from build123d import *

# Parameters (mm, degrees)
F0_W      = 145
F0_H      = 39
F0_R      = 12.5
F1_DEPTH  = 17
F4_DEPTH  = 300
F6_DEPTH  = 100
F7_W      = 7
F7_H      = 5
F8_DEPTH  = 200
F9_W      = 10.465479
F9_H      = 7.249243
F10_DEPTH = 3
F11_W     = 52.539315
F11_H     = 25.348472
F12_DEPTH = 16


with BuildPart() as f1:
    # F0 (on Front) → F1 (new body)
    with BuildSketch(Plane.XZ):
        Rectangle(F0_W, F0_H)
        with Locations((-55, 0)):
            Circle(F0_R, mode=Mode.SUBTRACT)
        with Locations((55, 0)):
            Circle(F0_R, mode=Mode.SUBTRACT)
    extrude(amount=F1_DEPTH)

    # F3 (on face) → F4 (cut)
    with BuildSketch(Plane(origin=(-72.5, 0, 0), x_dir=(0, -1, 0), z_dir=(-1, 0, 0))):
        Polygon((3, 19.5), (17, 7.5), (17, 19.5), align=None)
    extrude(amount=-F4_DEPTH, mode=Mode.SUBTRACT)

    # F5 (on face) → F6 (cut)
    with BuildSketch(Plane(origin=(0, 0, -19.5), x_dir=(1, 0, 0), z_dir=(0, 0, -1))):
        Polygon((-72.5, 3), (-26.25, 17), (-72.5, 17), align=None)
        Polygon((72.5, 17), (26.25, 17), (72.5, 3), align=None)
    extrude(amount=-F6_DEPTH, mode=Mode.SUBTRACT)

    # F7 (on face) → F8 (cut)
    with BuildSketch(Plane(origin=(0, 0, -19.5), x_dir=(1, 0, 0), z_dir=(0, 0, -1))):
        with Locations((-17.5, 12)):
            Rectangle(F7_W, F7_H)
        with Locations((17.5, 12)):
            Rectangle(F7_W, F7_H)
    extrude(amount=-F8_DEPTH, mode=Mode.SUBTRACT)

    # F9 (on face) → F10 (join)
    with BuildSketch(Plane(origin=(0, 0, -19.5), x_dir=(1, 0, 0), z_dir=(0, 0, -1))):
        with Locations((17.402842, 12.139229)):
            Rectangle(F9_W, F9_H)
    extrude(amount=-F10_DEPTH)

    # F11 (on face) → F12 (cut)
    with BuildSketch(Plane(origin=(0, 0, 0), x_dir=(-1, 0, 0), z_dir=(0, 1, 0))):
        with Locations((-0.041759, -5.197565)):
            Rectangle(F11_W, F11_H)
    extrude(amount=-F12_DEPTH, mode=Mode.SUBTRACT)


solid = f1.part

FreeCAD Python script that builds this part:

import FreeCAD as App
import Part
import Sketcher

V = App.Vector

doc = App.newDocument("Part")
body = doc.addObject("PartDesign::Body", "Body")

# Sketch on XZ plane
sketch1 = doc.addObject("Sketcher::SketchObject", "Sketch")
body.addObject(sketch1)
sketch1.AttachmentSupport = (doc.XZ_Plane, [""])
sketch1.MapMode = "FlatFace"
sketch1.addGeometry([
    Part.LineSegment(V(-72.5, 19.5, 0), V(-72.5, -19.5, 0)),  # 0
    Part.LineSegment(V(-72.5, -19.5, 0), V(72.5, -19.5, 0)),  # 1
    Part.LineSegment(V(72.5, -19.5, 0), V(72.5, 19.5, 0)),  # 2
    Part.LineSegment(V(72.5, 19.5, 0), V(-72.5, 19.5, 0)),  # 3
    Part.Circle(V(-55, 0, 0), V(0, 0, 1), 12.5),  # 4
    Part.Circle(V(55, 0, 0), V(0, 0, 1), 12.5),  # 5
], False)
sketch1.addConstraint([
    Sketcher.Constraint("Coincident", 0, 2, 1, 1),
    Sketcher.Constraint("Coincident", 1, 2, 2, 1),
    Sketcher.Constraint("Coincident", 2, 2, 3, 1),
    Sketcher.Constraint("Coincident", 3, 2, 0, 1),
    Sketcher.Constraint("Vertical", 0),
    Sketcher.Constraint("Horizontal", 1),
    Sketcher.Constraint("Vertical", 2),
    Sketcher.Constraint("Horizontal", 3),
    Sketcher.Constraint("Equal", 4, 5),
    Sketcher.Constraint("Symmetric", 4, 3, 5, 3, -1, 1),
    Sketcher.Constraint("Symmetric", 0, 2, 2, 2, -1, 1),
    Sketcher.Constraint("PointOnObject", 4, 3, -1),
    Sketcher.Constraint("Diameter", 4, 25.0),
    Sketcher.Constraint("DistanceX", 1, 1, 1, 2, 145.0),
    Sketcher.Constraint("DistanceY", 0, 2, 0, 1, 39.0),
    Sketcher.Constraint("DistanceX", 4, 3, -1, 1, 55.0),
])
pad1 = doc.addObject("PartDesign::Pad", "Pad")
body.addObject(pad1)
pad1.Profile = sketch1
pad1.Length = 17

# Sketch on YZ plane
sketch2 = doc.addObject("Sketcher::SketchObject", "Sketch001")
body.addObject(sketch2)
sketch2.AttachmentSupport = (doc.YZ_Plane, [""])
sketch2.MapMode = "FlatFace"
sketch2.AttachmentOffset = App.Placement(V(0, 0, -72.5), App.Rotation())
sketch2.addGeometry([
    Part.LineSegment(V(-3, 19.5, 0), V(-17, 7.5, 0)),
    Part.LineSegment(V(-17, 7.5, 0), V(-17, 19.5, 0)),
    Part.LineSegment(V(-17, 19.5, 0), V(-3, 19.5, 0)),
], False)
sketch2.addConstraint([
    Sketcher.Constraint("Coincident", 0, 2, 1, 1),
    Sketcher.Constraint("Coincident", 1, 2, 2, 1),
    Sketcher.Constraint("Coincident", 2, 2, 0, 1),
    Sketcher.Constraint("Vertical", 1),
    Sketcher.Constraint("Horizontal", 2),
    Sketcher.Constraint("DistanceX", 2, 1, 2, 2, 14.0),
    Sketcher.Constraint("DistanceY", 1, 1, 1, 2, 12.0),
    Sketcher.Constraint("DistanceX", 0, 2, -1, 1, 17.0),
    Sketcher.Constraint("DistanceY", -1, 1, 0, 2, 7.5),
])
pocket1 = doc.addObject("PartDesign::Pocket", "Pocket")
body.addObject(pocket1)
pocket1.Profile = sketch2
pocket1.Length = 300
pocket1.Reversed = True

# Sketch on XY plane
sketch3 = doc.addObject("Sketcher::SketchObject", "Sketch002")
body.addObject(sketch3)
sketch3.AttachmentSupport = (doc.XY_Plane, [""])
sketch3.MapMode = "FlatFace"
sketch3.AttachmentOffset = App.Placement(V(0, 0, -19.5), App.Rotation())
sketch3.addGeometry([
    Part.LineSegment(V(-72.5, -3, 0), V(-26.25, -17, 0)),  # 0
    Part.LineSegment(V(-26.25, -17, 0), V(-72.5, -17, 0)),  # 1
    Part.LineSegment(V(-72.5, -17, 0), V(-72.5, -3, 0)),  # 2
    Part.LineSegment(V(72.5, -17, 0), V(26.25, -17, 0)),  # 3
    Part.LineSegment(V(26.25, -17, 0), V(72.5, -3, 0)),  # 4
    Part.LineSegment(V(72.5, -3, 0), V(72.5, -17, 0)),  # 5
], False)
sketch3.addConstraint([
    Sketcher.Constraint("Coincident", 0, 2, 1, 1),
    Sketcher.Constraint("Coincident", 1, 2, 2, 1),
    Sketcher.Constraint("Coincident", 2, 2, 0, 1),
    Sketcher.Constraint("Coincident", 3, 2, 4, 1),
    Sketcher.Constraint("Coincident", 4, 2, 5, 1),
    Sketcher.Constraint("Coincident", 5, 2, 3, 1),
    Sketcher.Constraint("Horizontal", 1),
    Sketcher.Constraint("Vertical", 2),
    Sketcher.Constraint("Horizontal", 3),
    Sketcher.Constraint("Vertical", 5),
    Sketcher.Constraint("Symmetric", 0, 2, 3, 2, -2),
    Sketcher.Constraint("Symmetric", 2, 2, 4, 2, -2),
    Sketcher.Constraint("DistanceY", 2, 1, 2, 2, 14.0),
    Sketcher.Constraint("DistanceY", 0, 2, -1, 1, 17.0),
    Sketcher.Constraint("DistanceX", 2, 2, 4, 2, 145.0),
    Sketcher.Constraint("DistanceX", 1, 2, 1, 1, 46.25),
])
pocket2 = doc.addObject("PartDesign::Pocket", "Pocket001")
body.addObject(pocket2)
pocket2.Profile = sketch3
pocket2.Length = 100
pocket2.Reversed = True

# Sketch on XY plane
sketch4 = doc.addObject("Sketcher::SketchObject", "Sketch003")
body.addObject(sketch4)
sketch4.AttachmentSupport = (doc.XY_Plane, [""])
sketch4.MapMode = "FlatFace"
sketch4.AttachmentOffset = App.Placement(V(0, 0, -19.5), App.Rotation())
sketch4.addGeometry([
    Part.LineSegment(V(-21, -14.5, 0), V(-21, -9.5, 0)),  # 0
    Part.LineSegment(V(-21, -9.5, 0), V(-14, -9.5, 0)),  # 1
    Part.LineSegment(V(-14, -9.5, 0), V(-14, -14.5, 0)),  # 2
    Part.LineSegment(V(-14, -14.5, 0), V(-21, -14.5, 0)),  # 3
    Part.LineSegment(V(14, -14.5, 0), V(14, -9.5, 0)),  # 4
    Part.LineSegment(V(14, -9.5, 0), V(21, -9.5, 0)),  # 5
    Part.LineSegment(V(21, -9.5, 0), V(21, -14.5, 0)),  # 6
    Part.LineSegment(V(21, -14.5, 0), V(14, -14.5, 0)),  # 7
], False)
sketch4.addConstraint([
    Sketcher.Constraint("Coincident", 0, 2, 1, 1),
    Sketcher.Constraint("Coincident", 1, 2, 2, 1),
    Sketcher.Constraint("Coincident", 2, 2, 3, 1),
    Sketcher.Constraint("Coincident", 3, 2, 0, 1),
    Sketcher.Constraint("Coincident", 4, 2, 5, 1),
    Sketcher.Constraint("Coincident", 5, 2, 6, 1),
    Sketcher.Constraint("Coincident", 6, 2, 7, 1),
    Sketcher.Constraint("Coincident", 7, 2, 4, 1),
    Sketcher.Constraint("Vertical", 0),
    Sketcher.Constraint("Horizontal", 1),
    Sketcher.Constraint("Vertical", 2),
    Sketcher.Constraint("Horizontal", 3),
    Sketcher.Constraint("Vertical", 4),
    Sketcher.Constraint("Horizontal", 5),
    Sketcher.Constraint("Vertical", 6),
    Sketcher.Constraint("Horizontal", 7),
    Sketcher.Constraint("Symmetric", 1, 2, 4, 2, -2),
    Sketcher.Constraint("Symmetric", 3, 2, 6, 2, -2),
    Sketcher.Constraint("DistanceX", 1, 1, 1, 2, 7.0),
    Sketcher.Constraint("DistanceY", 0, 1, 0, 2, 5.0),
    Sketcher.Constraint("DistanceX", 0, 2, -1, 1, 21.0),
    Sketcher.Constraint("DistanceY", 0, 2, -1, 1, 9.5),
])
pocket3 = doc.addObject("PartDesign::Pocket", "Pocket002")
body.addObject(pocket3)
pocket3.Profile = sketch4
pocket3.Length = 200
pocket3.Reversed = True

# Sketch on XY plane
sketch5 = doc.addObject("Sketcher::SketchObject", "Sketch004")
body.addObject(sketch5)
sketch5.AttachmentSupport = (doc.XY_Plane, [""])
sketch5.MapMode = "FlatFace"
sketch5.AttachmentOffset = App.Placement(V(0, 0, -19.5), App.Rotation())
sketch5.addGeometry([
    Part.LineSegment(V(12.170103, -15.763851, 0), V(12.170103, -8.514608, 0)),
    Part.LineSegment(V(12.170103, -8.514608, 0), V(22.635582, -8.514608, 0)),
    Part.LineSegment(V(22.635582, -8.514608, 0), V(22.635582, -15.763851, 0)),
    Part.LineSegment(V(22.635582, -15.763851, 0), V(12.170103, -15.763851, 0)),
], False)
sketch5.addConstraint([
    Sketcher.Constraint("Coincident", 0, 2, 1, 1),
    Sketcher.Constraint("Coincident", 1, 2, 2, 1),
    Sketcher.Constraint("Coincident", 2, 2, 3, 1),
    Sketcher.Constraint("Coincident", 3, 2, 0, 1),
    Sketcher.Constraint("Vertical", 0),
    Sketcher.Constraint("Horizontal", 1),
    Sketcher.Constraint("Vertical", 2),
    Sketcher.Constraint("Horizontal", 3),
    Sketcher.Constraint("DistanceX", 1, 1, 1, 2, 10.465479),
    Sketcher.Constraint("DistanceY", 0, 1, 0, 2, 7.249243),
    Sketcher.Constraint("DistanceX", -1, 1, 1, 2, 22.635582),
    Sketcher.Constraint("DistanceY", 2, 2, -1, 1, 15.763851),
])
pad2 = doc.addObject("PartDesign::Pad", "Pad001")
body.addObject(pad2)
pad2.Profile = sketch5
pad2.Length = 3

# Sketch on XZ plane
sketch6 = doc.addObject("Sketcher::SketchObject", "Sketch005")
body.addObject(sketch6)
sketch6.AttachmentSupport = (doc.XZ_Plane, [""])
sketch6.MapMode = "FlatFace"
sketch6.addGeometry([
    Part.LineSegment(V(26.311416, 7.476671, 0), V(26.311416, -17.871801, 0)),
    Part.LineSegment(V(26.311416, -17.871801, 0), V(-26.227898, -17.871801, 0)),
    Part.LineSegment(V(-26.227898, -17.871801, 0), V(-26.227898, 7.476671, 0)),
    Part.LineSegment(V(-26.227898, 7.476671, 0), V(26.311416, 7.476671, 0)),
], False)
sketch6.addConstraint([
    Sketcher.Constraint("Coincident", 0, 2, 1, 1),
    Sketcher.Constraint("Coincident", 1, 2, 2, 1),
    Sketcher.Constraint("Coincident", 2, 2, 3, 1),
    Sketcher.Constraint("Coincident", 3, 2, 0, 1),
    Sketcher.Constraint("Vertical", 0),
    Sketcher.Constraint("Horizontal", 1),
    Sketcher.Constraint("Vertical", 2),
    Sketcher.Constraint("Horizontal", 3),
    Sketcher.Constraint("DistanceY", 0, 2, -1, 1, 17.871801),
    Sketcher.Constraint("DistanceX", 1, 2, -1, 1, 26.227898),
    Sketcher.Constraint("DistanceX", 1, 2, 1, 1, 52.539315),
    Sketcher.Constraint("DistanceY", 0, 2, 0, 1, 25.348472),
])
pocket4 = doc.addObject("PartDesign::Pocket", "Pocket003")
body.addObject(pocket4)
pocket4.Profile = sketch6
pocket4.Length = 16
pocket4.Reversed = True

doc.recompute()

__________________________________________________

▶ [WORK REQUEST]: Where a line in the material contains "extrude", copy that line.

▶ [RESPONSE BOX]:
    extrude(amount=F1_DEPTH)
    extrude(amount=-F4_DEPTH, mode=Mode.SUBTRACT)
    extrude(amount=-F6_DEPTH, mode=Mode.SUBTRACT)
    extrude(amount=-F8_DEPTH, mode=Mode.SUBTRACT)
    extrude(amount=-F10_DEPTH)
    extrude(amount=-F12_DEPTH, mode=Mode.SUBTRACT)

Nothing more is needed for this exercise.